Records excerpted from a collection
[Start of Attachment]

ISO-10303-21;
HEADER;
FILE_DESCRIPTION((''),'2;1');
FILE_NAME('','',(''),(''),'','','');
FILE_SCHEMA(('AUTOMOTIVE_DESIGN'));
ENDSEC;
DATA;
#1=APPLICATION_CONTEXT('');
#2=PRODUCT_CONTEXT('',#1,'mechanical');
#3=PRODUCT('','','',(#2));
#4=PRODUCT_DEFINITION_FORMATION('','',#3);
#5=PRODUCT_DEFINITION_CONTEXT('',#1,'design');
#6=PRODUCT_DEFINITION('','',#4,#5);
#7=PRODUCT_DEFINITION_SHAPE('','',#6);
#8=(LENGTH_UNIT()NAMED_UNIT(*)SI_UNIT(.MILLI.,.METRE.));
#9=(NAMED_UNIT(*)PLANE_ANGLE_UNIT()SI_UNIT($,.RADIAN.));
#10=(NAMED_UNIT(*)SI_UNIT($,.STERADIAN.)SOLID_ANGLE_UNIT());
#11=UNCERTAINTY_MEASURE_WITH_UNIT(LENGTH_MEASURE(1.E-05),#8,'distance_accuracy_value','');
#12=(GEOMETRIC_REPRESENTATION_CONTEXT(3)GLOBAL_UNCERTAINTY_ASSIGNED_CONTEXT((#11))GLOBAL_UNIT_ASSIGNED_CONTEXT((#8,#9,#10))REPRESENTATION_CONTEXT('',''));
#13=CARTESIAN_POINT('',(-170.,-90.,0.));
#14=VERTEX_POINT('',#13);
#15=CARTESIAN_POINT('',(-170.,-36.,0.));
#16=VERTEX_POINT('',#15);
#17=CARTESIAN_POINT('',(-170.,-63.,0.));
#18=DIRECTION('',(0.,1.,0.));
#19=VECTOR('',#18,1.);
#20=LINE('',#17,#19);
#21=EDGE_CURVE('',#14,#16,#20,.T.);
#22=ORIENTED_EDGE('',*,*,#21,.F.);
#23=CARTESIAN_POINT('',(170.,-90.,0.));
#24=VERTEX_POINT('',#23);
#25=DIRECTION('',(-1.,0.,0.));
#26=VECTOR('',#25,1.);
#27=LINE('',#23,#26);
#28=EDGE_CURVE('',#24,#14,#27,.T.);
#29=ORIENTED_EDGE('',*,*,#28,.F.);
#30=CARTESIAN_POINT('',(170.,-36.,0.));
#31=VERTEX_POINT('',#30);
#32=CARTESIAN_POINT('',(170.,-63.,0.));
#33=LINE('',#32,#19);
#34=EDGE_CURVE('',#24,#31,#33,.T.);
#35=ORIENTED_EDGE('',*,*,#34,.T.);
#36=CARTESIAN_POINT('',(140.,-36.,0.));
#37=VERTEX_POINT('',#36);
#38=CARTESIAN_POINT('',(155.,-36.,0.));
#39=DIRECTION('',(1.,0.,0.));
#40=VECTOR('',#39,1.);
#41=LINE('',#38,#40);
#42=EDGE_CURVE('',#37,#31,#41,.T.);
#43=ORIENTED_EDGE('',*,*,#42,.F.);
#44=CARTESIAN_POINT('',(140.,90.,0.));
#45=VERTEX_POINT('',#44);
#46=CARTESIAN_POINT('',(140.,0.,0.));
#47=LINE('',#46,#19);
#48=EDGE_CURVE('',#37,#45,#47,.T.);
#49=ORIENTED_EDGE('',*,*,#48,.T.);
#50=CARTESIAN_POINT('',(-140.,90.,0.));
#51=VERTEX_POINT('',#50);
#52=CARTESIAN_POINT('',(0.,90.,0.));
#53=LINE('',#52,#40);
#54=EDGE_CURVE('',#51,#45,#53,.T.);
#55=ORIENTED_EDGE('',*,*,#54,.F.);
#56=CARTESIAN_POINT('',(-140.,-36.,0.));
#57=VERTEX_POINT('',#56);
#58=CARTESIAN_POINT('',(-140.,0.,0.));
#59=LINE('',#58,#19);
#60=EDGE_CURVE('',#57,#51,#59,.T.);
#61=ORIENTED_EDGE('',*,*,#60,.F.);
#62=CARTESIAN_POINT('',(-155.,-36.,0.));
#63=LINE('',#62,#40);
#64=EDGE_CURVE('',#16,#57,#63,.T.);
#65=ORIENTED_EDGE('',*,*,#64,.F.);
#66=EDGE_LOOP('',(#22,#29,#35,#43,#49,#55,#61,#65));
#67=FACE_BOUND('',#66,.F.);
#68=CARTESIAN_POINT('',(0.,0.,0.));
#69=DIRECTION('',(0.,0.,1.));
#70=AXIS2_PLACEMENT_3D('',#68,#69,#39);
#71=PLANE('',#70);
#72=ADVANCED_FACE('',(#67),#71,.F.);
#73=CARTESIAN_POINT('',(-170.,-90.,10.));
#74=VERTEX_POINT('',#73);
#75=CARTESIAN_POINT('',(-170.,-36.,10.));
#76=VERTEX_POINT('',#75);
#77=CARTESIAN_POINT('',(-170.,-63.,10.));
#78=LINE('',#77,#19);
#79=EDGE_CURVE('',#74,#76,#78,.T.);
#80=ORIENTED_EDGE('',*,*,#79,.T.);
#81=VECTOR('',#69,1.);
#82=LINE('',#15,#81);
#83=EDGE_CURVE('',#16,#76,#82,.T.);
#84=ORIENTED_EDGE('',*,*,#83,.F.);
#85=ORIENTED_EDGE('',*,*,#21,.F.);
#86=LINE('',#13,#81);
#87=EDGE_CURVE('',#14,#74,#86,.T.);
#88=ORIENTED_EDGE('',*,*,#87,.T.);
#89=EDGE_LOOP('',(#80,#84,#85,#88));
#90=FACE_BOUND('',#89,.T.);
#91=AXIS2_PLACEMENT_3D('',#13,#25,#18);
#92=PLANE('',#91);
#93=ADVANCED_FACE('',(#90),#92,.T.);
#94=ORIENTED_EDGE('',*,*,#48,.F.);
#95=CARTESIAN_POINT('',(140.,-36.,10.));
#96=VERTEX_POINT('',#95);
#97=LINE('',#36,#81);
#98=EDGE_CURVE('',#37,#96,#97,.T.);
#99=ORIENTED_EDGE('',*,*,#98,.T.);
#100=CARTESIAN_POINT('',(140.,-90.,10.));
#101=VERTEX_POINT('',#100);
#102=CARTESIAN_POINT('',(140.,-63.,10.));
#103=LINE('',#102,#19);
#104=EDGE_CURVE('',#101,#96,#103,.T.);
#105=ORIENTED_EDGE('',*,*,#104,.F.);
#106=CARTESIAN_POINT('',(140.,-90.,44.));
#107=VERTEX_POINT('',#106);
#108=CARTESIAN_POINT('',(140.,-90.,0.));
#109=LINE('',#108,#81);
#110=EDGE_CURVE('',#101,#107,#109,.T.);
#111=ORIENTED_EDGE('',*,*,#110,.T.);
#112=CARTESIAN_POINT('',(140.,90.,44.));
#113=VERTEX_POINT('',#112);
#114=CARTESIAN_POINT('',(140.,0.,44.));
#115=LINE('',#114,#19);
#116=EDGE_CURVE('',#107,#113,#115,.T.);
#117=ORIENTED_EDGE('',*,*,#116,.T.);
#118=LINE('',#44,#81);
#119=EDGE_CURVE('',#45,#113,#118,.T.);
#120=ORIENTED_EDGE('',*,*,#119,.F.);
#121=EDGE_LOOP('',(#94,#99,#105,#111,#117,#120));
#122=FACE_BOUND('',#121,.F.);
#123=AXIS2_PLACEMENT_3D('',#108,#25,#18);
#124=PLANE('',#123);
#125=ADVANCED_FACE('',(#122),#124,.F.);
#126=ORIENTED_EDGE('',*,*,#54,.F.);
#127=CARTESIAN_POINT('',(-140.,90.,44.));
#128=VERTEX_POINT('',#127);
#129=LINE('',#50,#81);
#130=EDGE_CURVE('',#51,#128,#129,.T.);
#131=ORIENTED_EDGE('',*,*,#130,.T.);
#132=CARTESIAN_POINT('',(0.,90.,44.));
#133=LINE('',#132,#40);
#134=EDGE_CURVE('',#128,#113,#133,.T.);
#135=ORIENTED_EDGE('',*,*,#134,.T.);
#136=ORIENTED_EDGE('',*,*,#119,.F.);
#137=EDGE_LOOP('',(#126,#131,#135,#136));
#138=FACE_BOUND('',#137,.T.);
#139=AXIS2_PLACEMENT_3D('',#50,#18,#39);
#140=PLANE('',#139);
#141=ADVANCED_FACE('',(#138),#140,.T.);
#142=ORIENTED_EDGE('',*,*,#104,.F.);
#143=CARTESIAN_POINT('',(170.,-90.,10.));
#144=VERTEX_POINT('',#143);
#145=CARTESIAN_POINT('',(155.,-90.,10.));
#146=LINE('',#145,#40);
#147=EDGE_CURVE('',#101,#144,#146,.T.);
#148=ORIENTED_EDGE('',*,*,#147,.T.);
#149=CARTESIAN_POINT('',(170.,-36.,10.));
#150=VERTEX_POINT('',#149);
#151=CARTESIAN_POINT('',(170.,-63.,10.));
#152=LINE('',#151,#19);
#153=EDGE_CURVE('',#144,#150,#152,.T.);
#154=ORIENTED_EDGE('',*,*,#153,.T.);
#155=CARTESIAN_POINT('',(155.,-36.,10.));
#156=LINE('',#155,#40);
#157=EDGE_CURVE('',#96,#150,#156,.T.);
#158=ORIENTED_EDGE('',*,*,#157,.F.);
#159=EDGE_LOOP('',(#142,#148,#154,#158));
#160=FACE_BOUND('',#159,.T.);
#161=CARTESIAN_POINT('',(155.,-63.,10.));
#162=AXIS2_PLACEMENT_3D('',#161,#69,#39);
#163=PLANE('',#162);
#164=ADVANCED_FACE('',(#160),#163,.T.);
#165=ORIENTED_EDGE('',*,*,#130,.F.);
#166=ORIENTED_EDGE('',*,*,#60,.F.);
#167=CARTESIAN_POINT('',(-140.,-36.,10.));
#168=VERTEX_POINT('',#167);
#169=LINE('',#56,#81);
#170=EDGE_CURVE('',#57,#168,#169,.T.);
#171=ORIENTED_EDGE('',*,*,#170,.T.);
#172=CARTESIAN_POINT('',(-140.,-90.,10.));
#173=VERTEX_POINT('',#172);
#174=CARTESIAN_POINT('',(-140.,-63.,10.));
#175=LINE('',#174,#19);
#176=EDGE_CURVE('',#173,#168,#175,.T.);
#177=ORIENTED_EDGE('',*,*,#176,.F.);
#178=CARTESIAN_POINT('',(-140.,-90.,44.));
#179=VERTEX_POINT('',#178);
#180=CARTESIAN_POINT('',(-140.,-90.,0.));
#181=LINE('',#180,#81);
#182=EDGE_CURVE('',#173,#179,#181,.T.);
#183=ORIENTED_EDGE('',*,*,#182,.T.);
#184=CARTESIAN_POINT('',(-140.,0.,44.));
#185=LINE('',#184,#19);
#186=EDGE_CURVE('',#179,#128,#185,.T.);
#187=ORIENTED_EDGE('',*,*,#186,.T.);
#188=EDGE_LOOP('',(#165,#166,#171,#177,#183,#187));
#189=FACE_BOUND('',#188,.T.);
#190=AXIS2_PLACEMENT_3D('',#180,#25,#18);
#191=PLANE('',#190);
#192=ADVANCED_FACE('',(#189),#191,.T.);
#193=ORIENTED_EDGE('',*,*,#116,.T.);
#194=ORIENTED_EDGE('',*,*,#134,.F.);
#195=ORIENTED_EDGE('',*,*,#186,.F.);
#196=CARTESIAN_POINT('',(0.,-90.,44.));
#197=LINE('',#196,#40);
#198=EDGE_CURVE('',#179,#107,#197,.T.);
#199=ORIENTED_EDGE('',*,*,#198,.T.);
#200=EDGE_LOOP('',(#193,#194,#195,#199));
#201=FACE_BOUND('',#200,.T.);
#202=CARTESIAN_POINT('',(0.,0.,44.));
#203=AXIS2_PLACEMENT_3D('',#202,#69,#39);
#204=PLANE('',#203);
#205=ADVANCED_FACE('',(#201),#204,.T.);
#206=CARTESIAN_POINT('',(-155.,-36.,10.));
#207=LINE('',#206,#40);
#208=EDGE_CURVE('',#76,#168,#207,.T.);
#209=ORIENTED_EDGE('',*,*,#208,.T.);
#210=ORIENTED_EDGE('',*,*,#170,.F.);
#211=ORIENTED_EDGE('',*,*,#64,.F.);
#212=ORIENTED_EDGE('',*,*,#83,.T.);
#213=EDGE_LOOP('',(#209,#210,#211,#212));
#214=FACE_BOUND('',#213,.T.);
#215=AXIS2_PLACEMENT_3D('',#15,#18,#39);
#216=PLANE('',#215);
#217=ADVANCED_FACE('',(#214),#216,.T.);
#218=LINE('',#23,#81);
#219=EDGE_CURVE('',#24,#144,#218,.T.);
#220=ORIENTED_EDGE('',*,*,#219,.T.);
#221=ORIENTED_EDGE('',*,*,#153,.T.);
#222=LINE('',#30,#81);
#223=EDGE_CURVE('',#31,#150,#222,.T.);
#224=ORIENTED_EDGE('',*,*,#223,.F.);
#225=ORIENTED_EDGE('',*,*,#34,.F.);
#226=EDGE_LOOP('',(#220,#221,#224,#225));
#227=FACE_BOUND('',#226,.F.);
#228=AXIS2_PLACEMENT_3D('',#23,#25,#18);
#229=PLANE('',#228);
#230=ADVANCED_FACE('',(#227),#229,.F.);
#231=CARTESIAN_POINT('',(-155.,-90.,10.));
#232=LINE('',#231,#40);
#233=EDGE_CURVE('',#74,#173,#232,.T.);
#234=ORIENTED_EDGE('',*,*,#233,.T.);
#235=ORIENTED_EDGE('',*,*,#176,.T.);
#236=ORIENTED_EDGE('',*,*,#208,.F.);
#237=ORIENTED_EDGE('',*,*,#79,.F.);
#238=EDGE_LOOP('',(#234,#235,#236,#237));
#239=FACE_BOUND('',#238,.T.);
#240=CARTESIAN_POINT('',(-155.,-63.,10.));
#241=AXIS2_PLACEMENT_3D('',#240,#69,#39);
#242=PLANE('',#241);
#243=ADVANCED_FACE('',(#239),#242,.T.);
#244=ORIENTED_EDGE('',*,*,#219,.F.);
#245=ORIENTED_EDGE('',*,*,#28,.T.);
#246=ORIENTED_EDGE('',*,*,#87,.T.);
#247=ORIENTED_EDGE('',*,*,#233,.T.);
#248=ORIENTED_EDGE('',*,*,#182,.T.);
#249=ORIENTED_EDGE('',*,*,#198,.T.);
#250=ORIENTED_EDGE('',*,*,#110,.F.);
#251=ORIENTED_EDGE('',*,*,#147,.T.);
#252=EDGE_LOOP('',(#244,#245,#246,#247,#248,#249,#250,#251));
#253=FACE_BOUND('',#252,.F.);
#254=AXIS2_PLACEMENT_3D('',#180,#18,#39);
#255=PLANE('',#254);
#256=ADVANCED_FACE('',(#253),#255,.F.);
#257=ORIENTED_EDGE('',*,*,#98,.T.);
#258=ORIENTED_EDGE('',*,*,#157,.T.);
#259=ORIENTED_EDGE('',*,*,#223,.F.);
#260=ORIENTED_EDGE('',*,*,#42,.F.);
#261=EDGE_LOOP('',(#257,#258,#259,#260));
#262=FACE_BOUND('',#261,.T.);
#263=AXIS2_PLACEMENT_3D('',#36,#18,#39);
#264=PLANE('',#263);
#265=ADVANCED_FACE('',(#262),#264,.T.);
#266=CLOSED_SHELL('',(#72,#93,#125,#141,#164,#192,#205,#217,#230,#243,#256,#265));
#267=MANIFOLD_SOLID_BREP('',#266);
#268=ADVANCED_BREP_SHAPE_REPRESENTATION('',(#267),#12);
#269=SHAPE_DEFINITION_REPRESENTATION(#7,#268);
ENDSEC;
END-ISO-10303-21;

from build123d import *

# Parameters (mm, degrees)
SKETCH_W     = 280
SKETCH_H     = 180
PAD_DEPTH    = 44
SKETCH001_W  = 30
SKETCH001_H  = 54
PAD001_DEPTH = 10


with BuildPart() as pad:
    # Sketch → Pad (new body)
    with BuildSketch(Plane.XY):
        Rectangle(SKETCH_W, SKETCH_H)
    extrude(amount=PAD_DEPTH)


with BuildPart() as fusion:
    # Sketch001 → Pad001 (new body)
    with BuildSketch(Plane.XY):
        with Locations((155, -63)):
            Rectangle(SKETCH001_W, SKETCH001_H)
        with Locations((-155, -63)):
            Rectangle(SKETCH001_W, SKETCH001_H)
    extrude(amount=PAD001_DEPTH)

    # Fusion: union Pad
    add(pad.part)


solid = fusion.part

[End of Attachment]

## ACTIVITY
Take every line from the data that includes the word "DIRECTION".

## REPLY TO THE TASK
#18=DIRECTION('',(0.,1.,0.));
#25=DIRECTION('',(-1.,0.,0.));
#39=DIRECTION('',(1.,0.,0.));
#69=DIRECTION('',(0.,0.,1.));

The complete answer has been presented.